Nowhere is the need for this balance more apparent than in the teaching of statistics. Over the past seven years we have taught a variety of courses at different levels using the PPDAC structure at the core of the course. Besides giving balance to method, we have found that the structure compels discussion of substantive problems which can be drawn from a wide variety of application areas - industrial, scientific, technological, social, and commercial. The statistical method can be taught at almost any level of mathematical sophistication. Substantive and interesting problems can be addressed without resort to complex analysis tools, large data sets, or even significant computational resources. What is required is a rich context for each example in order to describe the details within the structure; these examples tend to grow into case studies.

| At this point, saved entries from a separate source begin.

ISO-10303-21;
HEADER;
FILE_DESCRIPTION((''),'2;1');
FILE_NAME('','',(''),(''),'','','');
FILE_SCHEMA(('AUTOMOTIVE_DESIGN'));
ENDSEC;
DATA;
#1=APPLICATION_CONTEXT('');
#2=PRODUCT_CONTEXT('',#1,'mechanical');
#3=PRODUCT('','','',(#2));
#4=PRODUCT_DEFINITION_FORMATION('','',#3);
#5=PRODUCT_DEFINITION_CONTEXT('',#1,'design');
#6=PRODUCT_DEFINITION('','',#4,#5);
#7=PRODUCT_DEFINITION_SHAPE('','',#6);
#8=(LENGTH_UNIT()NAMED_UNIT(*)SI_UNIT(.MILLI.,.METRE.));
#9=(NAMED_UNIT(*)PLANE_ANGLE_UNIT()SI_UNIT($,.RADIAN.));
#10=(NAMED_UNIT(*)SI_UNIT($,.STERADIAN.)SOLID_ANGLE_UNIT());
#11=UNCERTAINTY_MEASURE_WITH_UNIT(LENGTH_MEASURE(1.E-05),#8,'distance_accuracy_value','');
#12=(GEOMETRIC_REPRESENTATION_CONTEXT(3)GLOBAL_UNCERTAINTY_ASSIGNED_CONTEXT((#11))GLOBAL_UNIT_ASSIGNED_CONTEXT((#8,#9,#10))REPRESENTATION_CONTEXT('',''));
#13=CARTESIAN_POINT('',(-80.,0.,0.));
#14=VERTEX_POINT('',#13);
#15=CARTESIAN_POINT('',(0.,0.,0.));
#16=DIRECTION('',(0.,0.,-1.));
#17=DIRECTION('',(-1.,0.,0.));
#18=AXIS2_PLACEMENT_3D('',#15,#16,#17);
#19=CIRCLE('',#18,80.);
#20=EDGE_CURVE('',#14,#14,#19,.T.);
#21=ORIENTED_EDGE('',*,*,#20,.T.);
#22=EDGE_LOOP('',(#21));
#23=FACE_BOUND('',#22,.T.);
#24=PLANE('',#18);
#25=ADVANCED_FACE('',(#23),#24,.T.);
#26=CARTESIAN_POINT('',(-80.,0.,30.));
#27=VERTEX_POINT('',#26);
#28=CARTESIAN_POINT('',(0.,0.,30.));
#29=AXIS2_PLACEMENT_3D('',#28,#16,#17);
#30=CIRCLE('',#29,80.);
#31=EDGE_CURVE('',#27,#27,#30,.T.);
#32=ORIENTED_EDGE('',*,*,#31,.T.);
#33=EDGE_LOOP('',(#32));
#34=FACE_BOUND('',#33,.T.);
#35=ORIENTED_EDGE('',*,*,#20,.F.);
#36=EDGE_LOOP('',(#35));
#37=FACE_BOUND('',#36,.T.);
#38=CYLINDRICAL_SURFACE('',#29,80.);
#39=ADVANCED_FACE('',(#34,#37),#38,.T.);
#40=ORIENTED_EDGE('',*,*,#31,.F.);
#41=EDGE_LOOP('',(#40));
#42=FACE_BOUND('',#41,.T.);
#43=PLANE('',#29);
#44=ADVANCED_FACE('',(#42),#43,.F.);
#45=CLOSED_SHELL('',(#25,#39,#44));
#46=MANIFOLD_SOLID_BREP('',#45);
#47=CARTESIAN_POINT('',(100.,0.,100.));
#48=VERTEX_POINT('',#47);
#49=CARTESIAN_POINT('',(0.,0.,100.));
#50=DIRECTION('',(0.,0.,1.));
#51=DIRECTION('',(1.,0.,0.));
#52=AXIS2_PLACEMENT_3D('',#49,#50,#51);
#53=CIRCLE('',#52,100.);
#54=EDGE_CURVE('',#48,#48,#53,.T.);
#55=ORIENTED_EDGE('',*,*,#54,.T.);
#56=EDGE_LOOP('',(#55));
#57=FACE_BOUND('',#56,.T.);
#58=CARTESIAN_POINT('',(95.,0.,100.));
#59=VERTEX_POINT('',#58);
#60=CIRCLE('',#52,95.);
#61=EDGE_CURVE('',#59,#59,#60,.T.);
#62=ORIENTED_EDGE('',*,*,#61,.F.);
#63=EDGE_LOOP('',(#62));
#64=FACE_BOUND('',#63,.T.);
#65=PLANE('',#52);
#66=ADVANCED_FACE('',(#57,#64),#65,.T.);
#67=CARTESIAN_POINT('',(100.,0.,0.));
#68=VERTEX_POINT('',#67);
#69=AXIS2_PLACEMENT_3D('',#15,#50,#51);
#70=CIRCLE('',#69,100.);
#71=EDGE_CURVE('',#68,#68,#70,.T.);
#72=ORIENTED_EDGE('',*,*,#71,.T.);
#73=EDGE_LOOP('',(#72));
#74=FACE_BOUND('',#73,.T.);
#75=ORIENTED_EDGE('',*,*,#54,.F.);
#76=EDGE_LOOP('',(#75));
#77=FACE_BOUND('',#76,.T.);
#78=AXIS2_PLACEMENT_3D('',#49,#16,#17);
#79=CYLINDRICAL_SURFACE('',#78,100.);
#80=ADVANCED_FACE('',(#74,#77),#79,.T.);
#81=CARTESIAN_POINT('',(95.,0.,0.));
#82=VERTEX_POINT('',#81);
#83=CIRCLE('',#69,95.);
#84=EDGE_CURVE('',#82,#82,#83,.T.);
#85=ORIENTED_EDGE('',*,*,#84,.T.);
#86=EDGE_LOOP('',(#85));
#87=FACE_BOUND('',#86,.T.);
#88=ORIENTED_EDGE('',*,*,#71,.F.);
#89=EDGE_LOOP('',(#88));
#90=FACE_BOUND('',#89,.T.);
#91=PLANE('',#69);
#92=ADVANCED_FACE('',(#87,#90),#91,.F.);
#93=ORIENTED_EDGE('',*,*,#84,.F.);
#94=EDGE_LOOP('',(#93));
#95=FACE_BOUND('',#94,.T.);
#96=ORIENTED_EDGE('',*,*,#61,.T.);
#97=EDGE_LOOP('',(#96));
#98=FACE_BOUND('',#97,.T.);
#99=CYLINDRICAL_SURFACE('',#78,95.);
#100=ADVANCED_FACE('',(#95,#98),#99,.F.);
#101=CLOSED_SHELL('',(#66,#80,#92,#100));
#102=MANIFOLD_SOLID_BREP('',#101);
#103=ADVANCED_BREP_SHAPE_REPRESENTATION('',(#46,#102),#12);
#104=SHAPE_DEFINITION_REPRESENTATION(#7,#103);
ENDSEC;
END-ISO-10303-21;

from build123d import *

# Parameters (mm, degrees)
SKETCH_11_R     = 100
SKETCH_11_R_2   = 95
EXTRUDE_4_DEPTH = 100
SKETCH_12_R     = 80
EXTRUDE_5_DEPTH = 30


with BuildPart() as part:
    # 草图11 → 凸台-拉伸4 (new body)
    with BuildSketch(Plane.XY):
        Circle(SKETCH_11_R)
        Circle(SKETCH_11_R_2, mode=Mode.SUBTRACT)
    extrude(amount=EXTRUDE_4_DEPTH)


with BuildPart() as body_2:
    # 草图12 → 凸台-拉伸5 (new body)
    with BuildSketch(Plane(origin=(0, 0, 0), x_dir=(-1, 0, 0), z_dir=(0, 0, -1))):
        Circle(SKETCH_12_R)
    extrude(amount=-EXTRUDE_5_DEPTH)


solid = Compound([part.part, body_2.part])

In our introductory courses we have found over time that the complexity of analysis methods has been reduced as more and more time is devoted to the stages other than Analysis. On final examinations, for example, only about one third of the marks are assigned to questions directly related to the Analysis stage. The major goals of our introductory course are first to understand the universal need for empirical methods and second to understand and be able to use the statistical method in a variety of contexts.

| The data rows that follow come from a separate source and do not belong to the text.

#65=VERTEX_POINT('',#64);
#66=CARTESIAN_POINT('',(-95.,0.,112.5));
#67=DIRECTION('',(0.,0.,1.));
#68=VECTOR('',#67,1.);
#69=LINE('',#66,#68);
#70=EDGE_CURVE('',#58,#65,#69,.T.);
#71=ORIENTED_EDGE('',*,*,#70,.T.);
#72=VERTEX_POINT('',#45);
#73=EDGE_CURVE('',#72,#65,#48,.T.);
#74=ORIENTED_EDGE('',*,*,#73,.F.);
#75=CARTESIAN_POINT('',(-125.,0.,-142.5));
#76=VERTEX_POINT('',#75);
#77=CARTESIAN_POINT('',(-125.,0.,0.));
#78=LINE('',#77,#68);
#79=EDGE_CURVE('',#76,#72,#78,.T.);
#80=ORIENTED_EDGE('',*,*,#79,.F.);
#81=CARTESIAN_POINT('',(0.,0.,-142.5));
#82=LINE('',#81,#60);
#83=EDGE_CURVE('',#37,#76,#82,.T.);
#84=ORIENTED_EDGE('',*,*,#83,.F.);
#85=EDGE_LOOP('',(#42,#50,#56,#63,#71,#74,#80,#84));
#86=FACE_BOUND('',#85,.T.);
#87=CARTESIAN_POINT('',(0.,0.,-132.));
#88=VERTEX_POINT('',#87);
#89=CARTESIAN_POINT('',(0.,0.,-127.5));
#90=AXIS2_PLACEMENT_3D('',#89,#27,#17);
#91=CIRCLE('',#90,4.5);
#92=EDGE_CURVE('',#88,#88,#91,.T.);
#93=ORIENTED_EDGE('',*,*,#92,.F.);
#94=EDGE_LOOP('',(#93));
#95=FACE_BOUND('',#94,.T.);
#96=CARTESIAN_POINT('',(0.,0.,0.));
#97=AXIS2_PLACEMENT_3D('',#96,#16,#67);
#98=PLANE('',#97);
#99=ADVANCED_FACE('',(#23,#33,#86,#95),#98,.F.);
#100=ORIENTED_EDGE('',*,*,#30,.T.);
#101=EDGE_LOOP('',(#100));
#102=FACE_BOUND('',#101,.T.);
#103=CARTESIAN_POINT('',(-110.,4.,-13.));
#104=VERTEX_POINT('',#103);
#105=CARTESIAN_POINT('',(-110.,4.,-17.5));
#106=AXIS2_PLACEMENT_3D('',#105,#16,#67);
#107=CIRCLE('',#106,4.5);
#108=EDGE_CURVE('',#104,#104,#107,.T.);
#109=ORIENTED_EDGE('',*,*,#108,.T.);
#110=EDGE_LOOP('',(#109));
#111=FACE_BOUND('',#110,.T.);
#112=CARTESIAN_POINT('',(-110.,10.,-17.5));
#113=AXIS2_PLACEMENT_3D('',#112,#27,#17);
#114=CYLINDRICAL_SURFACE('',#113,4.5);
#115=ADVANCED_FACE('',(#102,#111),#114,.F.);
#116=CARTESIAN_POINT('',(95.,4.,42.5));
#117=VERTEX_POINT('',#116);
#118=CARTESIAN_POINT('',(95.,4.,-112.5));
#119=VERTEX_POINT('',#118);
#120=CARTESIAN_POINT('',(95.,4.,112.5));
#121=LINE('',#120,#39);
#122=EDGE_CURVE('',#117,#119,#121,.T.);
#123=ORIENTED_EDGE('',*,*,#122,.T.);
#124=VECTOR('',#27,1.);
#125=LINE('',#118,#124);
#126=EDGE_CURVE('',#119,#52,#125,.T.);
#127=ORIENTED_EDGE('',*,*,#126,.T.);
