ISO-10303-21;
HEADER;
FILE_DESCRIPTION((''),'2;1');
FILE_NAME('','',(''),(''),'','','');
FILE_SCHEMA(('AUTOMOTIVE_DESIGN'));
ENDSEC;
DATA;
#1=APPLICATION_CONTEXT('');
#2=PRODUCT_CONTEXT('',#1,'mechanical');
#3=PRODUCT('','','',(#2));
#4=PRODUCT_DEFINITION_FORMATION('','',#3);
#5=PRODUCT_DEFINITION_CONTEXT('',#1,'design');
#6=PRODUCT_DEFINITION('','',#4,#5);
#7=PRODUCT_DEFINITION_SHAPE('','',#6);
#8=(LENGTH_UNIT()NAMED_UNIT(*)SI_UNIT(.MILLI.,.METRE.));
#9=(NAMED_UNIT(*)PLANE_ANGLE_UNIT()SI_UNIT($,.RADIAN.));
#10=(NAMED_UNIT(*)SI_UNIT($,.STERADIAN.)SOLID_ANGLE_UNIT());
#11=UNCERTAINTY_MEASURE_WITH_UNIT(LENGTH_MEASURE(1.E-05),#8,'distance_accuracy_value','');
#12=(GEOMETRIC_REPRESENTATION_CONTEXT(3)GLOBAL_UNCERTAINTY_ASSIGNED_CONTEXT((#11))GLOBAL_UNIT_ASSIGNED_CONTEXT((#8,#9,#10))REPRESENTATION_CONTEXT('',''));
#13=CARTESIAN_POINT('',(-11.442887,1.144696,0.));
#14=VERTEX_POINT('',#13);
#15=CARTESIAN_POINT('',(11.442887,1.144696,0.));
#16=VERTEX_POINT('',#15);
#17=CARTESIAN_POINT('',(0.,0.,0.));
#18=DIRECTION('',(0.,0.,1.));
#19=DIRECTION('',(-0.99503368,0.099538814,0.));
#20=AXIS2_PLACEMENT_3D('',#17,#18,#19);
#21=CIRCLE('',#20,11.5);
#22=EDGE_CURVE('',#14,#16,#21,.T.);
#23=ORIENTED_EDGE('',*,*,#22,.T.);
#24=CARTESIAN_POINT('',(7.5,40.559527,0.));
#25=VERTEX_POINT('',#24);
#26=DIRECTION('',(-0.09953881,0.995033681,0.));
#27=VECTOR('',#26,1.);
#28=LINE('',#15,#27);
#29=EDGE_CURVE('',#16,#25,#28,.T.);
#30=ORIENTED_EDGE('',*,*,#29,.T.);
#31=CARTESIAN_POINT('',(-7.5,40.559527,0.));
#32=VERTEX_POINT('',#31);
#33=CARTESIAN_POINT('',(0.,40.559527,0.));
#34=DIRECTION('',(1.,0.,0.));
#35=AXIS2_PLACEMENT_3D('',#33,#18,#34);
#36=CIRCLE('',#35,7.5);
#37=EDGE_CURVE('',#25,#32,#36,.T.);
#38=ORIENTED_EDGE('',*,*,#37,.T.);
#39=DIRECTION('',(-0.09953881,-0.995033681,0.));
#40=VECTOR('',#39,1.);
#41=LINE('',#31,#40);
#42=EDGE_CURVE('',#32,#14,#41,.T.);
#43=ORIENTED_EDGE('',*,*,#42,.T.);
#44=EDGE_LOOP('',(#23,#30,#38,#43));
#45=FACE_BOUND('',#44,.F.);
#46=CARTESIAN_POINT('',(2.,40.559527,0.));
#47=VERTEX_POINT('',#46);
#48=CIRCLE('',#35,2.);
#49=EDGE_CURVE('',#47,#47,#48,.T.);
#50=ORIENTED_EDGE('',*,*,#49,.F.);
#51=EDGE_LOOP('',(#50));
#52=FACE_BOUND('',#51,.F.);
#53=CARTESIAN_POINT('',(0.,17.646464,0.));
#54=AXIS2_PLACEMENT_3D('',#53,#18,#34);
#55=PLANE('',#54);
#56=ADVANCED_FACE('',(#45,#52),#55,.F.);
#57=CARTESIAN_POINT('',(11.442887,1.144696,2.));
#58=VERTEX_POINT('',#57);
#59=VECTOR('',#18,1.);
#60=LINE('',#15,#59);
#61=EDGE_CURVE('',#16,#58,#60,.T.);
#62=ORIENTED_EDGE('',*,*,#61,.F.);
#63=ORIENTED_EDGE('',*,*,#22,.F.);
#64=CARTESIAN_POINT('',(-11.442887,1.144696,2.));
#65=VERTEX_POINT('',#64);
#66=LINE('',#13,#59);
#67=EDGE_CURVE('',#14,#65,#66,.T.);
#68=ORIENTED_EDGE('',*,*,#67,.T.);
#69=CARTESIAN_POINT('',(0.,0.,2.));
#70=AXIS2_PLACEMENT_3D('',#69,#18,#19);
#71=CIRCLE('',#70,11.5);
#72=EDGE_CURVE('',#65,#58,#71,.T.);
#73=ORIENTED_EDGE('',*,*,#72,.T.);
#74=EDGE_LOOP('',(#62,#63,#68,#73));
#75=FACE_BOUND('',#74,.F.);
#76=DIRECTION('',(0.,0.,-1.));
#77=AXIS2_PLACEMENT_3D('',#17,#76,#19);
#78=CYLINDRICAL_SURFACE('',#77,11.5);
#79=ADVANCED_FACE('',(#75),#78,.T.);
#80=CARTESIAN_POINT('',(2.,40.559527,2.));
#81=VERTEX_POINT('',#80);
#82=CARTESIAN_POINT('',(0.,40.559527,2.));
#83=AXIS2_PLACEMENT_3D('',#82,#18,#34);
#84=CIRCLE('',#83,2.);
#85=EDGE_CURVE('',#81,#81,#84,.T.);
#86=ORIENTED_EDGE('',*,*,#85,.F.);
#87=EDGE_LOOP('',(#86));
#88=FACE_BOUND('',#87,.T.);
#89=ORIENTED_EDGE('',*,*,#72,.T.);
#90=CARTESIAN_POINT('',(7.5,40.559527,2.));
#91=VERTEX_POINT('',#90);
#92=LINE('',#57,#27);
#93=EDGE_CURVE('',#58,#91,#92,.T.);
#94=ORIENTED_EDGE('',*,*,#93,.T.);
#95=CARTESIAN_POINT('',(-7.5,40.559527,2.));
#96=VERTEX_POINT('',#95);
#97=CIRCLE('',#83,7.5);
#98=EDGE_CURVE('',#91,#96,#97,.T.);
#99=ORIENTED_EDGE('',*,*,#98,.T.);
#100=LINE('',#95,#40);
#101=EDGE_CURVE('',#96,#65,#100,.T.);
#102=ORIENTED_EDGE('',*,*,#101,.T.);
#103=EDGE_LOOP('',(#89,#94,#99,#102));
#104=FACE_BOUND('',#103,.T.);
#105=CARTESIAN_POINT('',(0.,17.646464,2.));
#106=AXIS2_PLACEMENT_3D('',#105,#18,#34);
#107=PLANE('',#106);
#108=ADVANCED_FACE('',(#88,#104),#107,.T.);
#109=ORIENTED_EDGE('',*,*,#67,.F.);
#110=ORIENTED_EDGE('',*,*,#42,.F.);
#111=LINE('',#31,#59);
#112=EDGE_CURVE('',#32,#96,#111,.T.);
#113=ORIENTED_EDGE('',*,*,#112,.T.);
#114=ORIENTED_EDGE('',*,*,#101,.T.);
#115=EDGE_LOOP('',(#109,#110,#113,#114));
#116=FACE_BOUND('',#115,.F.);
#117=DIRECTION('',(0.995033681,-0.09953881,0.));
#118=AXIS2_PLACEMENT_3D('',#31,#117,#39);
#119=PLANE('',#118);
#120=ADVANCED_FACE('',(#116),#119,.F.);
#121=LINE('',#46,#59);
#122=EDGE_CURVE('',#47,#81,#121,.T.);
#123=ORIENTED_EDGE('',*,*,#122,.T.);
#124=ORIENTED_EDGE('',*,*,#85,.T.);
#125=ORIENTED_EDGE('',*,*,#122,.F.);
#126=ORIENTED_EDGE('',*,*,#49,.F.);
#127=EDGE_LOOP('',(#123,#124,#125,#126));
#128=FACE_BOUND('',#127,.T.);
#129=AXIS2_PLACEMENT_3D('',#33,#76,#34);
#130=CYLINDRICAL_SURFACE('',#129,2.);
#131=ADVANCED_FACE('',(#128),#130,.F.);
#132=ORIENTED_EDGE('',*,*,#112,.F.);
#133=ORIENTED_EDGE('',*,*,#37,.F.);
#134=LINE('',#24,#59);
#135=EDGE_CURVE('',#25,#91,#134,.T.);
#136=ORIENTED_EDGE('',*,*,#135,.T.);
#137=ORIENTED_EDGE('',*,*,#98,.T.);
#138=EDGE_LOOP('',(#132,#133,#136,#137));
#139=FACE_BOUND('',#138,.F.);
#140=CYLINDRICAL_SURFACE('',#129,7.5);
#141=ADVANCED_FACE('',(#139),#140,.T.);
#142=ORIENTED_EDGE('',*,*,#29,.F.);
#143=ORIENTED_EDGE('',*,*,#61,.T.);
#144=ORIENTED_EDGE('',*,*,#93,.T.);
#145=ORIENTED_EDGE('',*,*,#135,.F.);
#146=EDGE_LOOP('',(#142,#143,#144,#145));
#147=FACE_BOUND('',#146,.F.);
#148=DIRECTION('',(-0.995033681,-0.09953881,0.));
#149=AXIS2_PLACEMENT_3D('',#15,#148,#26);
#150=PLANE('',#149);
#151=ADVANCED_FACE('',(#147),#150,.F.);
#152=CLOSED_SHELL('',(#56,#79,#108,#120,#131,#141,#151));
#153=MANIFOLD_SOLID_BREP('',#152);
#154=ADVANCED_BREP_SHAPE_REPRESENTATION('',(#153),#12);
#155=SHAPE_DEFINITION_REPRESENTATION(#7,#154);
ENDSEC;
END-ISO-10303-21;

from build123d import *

# Parameters (mm, degrees)
F0_R     = 2
F1_DEPTH = 2


with BuildPart() as f1:
    # F0 (on Top) → F1 (new body)
    with BuildSketch(Plane.XY):
        with BuildLine():
            Line((-7.5, 40.559527), (-11.442887, 1.144696))
            ThreePointArc((-11.442887, 1.144696), (0, -11.5), (11.442887, 1.144696))
            Line((11.442887, 1.144696), (7.5, 40.559527))
            ThreePointArc((7.5, 40.559527), (0, 48.059527), (-7.5, 40.559527))
        make_face()
        with Locations((0, 40.559527)):
            Circle(F0_R, mode=Mode.SUBTRACT)
    extrude(amount=F1_DEPTH)


solid = f1.part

The structure and language introduced can also be used to clarify some statistical issues which have provoked controversy in the past. Here we give three examples.
In our language, a study is enumerative if the target population can be listed so that a probabilistic sampling protocol giving every unit a positive inclusion probability can be used. Otherwise it is analytic. Deming's concern is essentially the possibility of study error which is not captured by the uncertainty expressed by the formal statistical procedures.

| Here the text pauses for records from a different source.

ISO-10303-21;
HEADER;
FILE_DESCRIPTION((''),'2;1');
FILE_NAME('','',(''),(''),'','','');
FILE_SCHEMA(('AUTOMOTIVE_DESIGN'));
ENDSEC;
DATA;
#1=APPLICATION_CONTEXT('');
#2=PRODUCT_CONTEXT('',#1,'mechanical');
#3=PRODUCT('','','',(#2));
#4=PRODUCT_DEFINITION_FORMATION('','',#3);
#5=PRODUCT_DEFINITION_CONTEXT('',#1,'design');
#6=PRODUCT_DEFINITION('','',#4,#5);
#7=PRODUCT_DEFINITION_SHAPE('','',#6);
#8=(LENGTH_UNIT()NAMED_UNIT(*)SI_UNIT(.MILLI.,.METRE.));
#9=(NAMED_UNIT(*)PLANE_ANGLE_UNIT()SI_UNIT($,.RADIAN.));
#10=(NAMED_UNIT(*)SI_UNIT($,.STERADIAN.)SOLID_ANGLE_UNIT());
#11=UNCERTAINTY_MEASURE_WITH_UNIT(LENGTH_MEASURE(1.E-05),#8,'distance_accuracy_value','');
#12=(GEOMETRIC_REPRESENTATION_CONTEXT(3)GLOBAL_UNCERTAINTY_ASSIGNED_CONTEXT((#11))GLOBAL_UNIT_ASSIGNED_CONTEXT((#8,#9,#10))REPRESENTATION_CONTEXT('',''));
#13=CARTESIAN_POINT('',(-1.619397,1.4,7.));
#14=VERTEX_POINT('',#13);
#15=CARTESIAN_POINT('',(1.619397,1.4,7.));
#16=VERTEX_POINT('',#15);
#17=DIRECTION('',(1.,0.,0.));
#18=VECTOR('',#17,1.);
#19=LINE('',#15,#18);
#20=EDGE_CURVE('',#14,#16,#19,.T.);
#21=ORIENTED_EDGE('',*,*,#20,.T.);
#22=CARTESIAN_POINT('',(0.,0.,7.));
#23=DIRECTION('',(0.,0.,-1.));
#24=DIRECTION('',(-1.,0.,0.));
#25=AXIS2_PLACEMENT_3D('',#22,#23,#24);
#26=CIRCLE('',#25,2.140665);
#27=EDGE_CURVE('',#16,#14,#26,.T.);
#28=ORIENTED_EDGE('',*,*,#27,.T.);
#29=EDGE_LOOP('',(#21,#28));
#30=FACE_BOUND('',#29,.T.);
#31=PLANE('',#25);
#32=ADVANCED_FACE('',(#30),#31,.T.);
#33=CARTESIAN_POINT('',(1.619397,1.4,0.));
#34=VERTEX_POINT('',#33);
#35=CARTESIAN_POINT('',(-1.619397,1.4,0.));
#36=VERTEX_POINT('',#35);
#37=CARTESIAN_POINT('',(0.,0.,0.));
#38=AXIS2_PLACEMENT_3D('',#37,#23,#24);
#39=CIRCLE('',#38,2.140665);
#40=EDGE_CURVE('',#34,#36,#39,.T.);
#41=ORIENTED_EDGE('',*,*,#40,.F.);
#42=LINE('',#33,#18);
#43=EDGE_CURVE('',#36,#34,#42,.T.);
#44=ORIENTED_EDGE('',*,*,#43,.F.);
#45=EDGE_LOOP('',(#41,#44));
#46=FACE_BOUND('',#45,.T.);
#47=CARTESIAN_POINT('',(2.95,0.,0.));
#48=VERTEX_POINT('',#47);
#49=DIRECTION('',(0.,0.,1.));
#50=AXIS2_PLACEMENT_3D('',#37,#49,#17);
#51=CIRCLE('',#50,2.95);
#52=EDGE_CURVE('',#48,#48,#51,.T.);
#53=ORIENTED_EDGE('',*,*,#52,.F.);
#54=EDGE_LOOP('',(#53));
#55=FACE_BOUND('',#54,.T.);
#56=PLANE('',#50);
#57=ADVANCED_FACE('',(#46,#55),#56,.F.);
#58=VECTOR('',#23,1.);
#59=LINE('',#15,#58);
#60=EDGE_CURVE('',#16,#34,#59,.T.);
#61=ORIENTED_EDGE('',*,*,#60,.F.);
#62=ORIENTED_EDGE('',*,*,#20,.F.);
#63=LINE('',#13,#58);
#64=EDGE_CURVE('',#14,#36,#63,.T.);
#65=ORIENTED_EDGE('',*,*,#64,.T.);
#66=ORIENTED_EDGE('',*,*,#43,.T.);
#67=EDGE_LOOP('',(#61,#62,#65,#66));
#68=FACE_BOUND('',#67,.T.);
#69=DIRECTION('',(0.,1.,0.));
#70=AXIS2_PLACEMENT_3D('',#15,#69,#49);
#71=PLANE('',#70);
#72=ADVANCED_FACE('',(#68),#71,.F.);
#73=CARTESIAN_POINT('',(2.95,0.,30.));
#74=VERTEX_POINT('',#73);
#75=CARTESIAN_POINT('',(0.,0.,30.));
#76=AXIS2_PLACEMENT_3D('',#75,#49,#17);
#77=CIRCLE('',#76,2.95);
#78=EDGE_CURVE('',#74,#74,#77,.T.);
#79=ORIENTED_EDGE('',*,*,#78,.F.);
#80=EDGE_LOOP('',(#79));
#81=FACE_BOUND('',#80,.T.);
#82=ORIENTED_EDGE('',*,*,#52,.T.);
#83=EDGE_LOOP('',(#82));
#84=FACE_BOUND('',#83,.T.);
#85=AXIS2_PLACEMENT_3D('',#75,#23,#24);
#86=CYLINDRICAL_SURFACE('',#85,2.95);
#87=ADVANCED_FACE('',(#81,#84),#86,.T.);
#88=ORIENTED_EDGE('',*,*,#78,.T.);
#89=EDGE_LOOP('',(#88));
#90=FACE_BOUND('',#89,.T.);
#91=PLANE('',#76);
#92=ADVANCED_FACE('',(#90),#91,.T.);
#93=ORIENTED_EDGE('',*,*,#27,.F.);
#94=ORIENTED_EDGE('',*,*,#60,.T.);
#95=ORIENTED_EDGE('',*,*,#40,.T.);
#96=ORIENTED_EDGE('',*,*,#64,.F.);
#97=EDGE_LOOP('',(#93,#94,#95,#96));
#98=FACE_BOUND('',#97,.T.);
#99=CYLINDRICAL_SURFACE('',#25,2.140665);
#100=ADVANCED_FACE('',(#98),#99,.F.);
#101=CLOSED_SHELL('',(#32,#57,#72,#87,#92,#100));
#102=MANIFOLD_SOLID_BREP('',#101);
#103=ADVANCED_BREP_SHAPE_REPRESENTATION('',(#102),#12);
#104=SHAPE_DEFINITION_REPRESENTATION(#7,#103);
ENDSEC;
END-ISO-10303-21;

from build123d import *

# Parameters (mm, degrees)
SKETCH1_R           = 2.95
BOSS_EXTRUDE1_DEPTH = 30
CUT_EXTRUDE1_DEPTH  = 7


with BuildPart() as part:
    # Sketch1 → Boss-Extrude1 (new body)
    with BuildSketch(Plane.XY):
        Circle(SKETCH1_R)
    extrude(amount=BOSS_EXTRUDE1_DEPTH)

    # Sketch2 → Cut-Extrude1 (cut)
    with BuildSketch(Plane(origin=(0, 0, 0), x_dir=(-1, 0, 0), z_dir=(0, 0, -1))):
        with BuildLine():
            Line((-1.619397374, 1.4), (1.619397374, 1.4))
            ThreePointArc((1.619397374, 1.4), (0, -2.140665283), (-1.619397374, 1.4))
        make_face()
    extrude(amount=-CUT_EXTRUDE1_DEPTH, mode=Mode.SUBTRACT)


solid = part.part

The attitude and tools of EDA are clearly important to meet the goals of the monitoring and examination tasks of the Data stage. These tasks amount to carrying out a small PPDAC investigation where the sample of the larger study is now regarded as identical to a target population within this smaller PPDAC. The Problem is to examine many attributes (typically graphical) looking for unexpected values of these attributes.
Alternatively EDA applies to those investigations where the sample is the entire study population. For example, when presented with a massive dataset the investigator is often interested in examining the attributes of that dataset as if it constitutes the entire population. In these instances the target population is still something different from the study population (however large that might be) and so the difficulty of study error remains, even for data miners.